(Saved data entries)
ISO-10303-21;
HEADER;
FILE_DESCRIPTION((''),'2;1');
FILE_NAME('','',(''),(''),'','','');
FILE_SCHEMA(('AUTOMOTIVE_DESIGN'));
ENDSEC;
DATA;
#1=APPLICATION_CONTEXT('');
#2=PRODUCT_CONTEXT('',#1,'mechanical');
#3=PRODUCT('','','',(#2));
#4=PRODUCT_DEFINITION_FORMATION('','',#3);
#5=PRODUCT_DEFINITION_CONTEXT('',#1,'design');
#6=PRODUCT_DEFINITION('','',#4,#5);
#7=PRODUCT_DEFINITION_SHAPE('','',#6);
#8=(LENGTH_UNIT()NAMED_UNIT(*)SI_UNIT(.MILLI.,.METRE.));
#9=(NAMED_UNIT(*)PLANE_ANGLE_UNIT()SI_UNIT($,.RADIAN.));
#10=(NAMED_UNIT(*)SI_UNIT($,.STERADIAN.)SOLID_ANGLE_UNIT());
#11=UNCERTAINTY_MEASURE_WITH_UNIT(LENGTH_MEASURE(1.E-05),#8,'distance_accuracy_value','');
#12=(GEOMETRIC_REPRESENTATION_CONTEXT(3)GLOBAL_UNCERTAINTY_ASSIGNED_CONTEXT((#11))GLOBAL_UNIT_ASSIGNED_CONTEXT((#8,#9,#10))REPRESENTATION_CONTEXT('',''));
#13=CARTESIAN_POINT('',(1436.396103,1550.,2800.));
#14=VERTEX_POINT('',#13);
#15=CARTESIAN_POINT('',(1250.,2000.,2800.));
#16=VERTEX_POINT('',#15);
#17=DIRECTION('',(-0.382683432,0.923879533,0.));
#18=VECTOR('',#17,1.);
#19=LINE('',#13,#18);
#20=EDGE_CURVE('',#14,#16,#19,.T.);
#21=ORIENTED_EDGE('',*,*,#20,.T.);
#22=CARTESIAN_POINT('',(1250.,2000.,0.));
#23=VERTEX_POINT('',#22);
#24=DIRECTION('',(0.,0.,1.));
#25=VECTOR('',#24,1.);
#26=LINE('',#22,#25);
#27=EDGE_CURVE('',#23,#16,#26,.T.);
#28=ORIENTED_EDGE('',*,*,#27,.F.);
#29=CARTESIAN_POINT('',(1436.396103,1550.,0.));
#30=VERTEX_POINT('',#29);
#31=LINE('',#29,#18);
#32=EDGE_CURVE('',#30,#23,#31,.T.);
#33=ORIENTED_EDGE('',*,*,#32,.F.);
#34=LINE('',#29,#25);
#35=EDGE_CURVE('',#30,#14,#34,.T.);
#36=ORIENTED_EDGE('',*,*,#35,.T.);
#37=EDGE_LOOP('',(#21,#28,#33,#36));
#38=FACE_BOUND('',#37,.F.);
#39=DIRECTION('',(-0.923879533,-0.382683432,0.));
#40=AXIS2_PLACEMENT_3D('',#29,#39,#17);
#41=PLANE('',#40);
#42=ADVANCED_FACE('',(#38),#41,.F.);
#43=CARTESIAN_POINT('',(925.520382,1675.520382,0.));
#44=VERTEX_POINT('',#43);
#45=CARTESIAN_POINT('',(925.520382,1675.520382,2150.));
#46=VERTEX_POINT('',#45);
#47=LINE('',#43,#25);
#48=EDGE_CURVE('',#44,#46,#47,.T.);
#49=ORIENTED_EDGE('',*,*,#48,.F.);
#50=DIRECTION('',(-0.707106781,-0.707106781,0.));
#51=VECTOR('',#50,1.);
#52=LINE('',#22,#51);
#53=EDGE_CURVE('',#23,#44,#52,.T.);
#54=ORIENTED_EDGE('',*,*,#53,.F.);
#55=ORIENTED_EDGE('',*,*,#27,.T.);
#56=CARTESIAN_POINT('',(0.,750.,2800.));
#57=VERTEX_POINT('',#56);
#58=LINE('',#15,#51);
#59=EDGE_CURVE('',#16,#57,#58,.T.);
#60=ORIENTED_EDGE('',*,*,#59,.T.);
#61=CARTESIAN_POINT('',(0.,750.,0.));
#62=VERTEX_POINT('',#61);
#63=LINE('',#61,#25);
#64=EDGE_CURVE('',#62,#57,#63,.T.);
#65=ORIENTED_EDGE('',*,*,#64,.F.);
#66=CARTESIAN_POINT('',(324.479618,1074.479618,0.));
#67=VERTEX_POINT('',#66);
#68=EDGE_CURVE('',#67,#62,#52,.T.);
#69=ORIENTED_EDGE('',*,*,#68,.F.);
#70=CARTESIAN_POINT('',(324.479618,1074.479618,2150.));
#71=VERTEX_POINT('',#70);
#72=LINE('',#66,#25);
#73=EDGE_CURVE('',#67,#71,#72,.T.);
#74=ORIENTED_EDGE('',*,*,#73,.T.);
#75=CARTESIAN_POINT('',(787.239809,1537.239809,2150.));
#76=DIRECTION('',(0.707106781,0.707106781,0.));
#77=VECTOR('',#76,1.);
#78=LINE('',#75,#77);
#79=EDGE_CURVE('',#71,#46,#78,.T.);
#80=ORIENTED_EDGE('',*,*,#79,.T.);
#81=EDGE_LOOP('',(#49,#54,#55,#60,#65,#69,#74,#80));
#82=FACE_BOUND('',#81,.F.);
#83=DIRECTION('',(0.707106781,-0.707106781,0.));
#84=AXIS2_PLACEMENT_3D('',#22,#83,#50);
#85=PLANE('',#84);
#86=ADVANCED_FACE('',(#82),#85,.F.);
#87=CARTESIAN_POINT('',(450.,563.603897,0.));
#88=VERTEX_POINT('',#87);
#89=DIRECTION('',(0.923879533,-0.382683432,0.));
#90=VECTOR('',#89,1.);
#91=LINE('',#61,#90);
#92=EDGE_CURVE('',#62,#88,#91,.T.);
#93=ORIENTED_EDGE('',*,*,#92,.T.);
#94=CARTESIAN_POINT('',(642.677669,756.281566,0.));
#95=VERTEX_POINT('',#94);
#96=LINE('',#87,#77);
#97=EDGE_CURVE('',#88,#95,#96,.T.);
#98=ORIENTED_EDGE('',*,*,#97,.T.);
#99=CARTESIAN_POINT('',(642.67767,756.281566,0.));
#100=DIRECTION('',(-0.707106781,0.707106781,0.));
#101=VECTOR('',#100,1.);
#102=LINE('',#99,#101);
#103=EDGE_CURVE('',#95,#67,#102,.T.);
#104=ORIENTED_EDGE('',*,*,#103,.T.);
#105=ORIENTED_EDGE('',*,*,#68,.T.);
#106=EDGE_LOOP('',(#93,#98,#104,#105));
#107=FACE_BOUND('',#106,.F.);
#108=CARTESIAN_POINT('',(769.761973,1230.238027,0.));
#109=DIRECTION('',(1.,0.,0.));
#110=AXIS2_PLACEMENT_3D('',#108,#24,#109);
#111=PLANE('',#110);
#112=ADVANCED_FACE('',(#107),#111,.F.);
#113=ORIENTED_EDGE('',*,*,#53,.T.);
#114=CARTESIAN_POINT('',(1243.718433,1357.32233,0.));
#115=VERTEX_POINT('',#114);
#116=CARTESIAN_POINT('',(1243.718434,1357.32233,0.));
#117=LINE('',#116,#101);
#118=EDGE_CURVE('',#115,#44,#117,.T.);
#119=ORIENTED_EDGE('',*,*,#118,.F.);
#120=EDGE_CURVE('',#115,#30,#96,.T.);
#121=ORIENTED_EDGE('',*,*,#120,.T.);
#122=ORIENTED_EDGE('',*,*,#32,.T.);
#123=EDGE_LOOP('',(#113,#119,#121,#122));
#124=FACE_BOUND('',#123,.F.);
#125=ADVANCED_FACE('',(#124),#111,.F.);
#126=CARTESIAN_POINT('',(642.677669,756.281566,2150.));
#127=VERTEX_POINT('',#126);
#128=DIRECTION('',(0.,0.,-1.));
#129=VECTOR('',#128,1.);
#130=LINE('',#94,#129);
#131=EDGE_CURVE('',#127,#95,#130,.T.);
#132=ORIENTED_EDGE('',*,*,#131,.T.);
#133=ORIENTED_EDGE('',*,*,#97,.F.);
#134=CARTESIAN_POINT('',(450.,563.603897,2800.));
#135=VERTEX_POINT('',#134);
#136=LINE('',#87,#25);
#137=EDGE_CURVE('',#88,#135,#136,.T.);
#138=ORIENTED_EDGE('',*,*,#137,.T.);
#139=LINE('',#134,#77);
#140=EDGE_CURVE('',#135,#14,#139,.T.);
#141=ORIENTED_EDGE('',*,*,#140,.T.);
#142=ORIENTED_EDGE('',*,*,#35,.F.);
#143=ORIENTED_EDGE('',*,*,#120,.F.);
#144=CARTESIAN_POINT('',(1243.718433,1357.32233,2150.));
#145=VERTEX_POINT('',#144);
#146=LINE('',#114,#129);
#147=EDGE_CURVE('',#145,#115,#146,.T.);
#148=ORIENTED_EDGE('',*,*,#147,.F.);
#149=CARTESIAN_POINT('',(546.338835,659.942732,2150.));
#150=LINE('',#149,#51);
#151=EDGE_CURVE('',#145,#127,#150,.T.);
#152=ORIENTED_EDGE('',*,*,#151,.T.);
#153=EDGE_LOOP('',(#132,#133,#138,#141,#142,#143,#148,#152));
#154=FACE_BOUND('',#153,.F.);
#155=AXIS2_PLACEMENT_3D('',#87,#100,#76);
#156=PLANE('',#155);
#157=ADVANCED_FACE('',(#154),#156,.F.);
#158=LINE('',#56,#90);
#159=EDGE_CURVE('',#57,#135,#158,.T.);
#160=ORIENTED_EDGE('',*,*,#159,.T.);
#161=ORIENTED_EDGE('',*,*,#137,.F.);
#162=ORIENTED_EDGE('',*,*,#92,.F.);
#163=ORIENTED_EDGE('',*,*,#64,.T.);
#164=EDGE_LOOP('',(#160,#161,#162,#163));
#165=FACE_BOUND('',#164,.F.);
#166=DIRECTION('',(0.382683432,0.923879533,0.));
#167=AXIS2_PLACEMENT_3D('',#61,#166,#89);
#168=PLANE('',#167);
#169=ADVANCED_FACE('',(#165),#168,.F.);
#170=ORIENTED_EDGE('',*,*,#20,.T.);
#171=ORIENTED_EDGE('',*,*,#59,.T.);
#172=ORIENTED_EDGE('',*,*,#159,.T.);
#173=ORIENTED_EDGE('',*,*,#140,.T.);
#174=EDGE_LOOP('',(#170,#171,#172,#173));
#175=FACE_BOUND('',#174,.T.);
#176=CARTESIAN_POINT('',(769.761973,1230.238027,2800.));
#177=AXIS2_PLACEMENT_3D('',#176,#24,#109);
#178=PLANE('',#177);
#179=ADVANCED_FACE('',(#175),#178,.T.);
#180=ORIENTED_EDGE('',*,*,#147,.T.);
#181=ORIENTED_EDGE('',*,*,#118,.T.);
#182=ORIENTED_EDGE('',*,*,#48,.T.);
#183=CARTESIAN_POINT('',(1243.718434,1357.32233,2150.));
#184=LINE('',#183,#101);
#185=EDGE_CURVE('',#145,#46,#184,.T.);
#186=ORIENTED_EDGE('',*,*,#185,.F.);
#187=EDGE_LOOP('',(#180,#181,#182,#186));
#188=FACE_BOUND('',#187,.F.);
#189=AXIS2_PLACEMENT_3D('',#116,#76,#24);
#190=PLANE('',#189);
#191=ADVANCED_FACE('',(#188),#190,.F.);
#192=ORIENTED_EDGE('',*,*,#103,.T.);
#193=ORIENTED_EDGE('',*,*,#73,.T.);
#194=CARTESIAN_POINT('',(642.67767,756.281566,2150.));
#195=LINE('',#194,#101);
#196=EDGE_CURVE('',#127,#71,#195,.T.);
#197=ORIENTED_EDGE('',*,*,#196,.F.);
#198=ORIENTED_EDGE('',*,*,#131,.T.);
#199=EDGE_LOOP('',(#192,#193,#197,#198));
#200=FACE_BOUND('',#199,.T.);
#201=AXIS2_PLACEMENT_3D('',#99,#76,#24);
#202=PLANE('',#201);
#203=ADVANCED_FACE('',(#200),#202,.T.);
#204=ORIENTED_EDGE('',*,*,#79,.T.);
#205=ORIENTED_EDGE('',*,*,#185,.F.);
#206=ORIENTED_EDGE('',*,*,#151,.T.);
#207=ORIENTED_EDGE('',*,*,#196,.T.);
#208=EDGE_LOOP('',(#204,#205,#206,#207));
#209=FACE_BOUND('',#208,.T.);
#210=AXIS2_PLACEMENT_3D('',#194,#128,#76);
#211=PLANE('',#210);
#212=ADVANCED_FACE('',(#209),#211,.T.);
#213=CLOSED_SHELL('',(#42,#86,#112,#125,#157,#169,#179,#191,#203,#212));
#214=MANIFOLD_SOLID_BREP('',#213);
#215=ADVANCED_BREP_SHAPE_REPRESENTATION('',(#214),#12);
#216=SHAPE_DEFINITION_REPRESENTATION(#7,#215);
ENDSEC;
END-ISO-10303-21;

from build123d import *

# Parameters (mm, degrees)
F1_DEPTH = 2800
F2_W     = 850
F2_H     = 2150
F3_DEPTH = 1333.884476


with BuildPart() as f1:
    # F0 (on Top) → F1 (new body)
    with BuildSketch(Plane.XY):
        Polygon((1250, 2000), (0, 750), (450, 563.603897), (1436.396103, 1550), align=None)
    extrude(amount=F1_DEPTH)

    # F2 (on face) → F3 (cut, through all)
    with BuildSketch(Plane(origin=(-56.801948, 56.801948, 0), x_dir=(0.707107, 0.707107, 0), z_dir=(0.707107, -0.707107, 0))):
        with Locations((1414.213562, 1075)):
            Rectangle(F2_W, F2_H)
    extrude(amount=-F3_DEPTH, mode=Mode.SUBTRACT)


solid = f1.part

▶ **Task goal**:
Write out every line from the entries where "VECTOR" appears.

▶ **Exercise response**:
#18=VECTOR('',#17,1.);
#25=VECTOR('',#24,1.);
#51=VECTOR('',#50,1.);
#77=VECTOR('',#76,1.);
#90=VECTOR('',#89,1.);
#101=VECTOR('',#100,1.);
#129=VECTOR('',#128,1.);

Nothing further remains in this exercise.